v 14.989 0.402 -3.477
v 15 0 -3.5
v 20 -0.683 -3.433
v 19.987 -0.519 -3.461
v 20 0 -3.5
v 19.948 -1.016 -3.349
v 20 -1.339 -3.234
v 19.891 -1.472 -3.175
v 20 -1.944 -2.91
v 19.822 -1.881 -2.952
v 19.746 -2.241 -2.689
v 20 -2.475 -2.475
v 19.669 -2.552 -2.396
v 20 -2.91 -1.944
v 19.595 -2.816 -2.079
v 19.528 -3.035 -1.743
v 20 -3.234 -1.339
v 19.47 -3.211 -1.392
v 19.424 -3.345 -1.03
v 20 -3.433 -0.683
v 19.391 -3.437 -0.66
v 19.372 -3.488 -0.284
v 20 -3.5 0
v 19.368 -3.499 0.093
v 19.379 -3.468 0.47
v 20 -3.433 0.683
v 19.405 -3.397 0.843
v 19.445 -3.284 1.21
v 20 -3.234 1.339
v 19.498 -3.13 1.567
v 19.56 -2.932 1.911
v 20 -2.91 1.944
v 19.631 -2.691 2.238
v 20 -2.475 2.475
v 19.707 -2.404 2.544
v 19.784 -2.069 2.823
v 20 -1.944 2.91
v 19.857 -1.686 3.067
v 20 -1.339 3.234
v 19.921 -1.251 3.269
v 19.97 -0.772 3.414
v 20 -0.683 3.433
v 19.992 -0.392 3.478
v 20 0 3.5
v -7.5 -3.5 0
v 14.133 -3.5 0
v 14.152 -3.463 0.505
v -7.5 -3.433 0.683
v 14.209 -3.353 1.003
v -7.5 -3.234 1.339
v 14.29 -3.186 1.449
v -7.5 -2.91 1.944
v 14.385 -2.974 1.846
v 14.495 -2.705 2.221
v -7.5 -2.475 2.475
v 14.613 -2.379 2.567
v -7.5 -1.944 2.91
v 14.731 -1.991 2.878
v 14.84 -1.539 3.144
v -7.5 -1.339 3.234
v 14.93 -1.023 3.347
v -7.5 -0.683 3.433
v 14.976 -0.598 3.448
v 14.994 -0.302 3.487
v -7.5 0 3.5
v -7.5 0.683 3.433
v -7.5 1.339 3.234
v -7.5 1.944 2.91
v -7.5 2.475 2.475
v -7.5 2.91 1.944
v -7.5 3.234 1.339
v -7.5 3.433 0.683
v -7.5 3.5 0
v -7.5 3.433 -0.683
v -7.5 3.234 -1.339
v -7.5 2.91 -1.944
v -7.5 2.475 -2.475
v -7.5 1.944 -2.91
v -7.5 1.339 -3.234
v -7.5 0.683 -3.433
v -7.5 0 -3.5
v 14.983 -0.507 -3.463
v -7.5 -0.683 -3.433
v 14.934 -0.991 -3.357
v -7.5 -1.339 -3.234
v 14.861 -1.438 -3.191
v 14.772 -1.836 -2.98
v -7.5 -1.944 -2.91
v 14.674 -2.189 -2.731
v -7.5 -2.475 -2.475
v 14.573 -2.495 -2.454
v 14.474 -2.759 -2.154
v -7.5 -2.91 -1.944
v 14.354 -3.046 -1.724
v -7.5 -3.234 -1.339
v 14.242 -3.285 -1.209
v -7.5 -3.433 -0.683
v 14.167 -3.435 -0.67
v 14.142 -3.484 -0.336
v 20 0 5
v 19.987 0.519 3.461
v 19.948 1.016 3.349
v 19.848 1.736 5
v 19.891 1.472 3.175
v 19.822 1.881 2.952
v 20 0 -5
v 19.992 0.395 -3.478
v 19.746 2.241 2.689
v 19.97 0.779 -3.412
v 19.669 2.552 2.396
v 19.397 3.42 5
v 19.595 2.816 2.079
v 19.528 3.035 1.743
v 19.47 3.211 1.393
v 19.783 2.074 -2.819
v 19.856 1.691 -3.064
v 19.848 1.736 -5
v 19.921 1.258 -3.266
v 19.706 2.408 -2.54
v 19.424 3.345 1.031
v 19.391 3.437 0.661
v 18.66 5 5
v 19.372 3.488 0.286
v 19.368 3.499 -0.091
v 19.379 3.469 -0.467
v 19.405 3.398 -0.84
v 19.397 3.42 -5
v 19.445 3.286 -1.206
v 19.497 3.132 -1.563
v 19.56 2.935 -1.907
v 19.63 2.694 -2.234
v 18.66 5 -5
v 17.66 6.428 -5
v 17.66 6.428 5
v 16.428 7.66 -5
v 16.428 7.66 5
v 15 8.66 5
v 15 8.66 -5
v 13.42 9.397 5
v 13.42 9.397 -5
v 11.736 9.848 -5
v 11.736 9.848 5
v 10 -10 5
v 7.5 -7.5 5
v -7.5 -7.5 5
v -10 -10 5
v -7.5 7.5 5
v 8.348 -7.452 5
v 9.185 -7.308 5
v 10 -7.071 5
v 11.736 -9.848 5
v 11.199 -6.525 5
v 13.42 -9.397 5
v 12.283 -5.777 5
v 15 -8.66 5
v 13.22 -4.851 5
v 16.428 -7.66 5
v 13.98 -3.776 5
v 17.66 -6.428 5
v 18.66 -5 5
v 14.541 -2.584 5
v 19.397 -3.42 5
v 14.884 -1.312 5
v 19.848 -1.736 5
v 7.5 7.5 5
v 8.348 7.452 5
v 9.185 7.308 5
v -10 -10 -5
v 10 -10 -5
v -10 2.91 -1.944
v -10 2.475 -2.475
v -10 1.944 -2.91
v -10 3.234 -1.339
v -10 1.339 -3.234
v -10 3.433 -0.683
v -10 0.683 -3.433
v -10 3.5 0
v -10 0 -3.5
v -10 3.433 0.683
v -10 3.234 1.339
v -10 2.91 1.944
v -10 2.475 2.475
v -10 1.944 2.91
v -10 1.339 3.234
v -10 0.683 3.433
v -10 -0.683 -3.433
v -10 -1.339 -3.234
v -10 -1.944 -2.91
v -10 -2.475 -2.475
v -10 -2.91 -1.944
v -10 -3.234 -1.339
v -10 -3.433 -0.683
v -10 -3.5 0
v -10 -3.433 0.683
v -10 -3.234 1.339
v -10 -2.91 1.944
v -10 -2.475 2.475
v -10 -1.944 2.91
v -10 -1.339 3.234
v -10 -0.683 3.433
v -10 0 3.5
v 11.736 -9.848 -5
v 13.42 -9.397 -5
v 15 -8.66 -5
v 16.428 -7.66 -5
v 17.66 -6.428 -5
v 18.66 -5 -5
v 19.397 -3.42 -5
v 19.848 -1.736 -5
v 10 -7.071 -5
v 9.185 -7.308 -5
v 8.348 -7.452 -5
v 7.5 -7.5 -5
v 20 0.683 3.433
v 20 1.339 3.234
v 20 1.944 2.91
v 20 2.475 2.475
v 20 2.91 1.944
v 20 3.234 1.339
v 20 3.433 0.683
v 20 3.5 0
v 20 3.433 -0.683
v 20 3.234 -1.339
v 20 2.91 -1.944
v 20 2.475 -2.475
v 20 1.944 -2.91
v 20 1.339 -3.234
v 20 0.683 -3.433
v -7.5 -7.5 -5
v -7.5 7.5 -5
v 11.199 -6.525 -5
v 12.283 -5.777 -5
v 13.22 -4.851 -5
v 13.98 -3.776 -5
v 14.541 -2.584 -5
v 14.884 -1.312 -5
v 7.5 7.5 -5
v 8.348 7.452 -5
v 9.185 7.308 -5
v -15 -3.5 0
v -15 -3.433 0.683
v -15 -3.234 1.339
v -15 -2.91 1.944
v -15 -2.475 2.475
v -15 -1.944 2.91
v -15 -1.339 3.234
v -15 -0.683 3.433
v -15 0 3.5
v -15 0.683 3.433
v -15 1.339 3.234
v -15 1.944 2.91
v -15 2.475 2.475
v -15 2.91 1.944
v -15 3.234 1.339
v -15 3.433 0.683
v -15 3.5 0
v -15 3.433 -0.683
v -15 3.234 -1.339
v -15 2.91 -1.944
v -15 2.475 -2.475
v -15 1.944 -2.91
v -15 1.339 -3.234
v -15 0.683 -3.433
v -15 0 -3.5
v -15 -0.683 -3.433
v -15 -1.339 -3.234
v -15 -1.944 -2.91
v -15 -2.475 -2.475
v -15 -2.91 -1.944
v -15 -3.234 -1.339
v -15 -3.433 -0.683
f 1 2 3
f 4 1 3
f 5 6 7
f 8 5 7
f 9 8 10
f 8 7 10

************

THE PROBLEM.
With the line that has "v -10 -3.433 0.683" as the first and the line that has "v 9.185 7.308 -5" as the last, repeat exactly that run of lines above and no more.

RESPONSE TO THE TASK.
v -10 -3.433 0.683
v -10 -3.234 1.339
v -10 -2.91 1.944
v -10 -2.475 2.475
v -10 -1.944 2.91
v -10 -1.339 3.234
v -10 -0.683 3.433
v -10 0 3.5
v 11.736 -9.848 -5
v 13.42 -9.397 -5
v 15 -8.66 -5
v 16.428 -7.66 -5
v 17.66 -6.428 -5
v 18.66 -5 -5
v 19.397 -3.42 -5
v 19.848 -1.736 -5
v 10 -7.071 -5
v 9.185 -7.308 -5
v 8.348 -7.452 -5
v 7.5 -7.5 -5
v 20 0.683 3.433
v 20 1.339 3.234
v 20 1.944 2.91
v 20 2.475 2.475
v 20 2.91 1.944
v 20 3.234 1.339
v 20 3.433 0.683
v 20 3.5 0
v 20 3.433 -0.683
v 20 3.234 -1.339
v 20 2.91 -1.944
v 20 2.475 -2.475
v 20 1.944 -2.91
v 20 1.339 -3.234
v 20 0.683 -3.433
v -7.5 -7.5 -5
v -7.5 7.5 -5
v 11.199 -6.525 -5
v 12.283 -5.777 -5
v 13.22 -4.851 -5
v 13.98 -3.776 -5
v 14.541 -2.584 -5
v 14.884 -1.312 -5
v 7.5 7.5 -5
v 8.348 7.452 -5
v 9.185 7.308 -5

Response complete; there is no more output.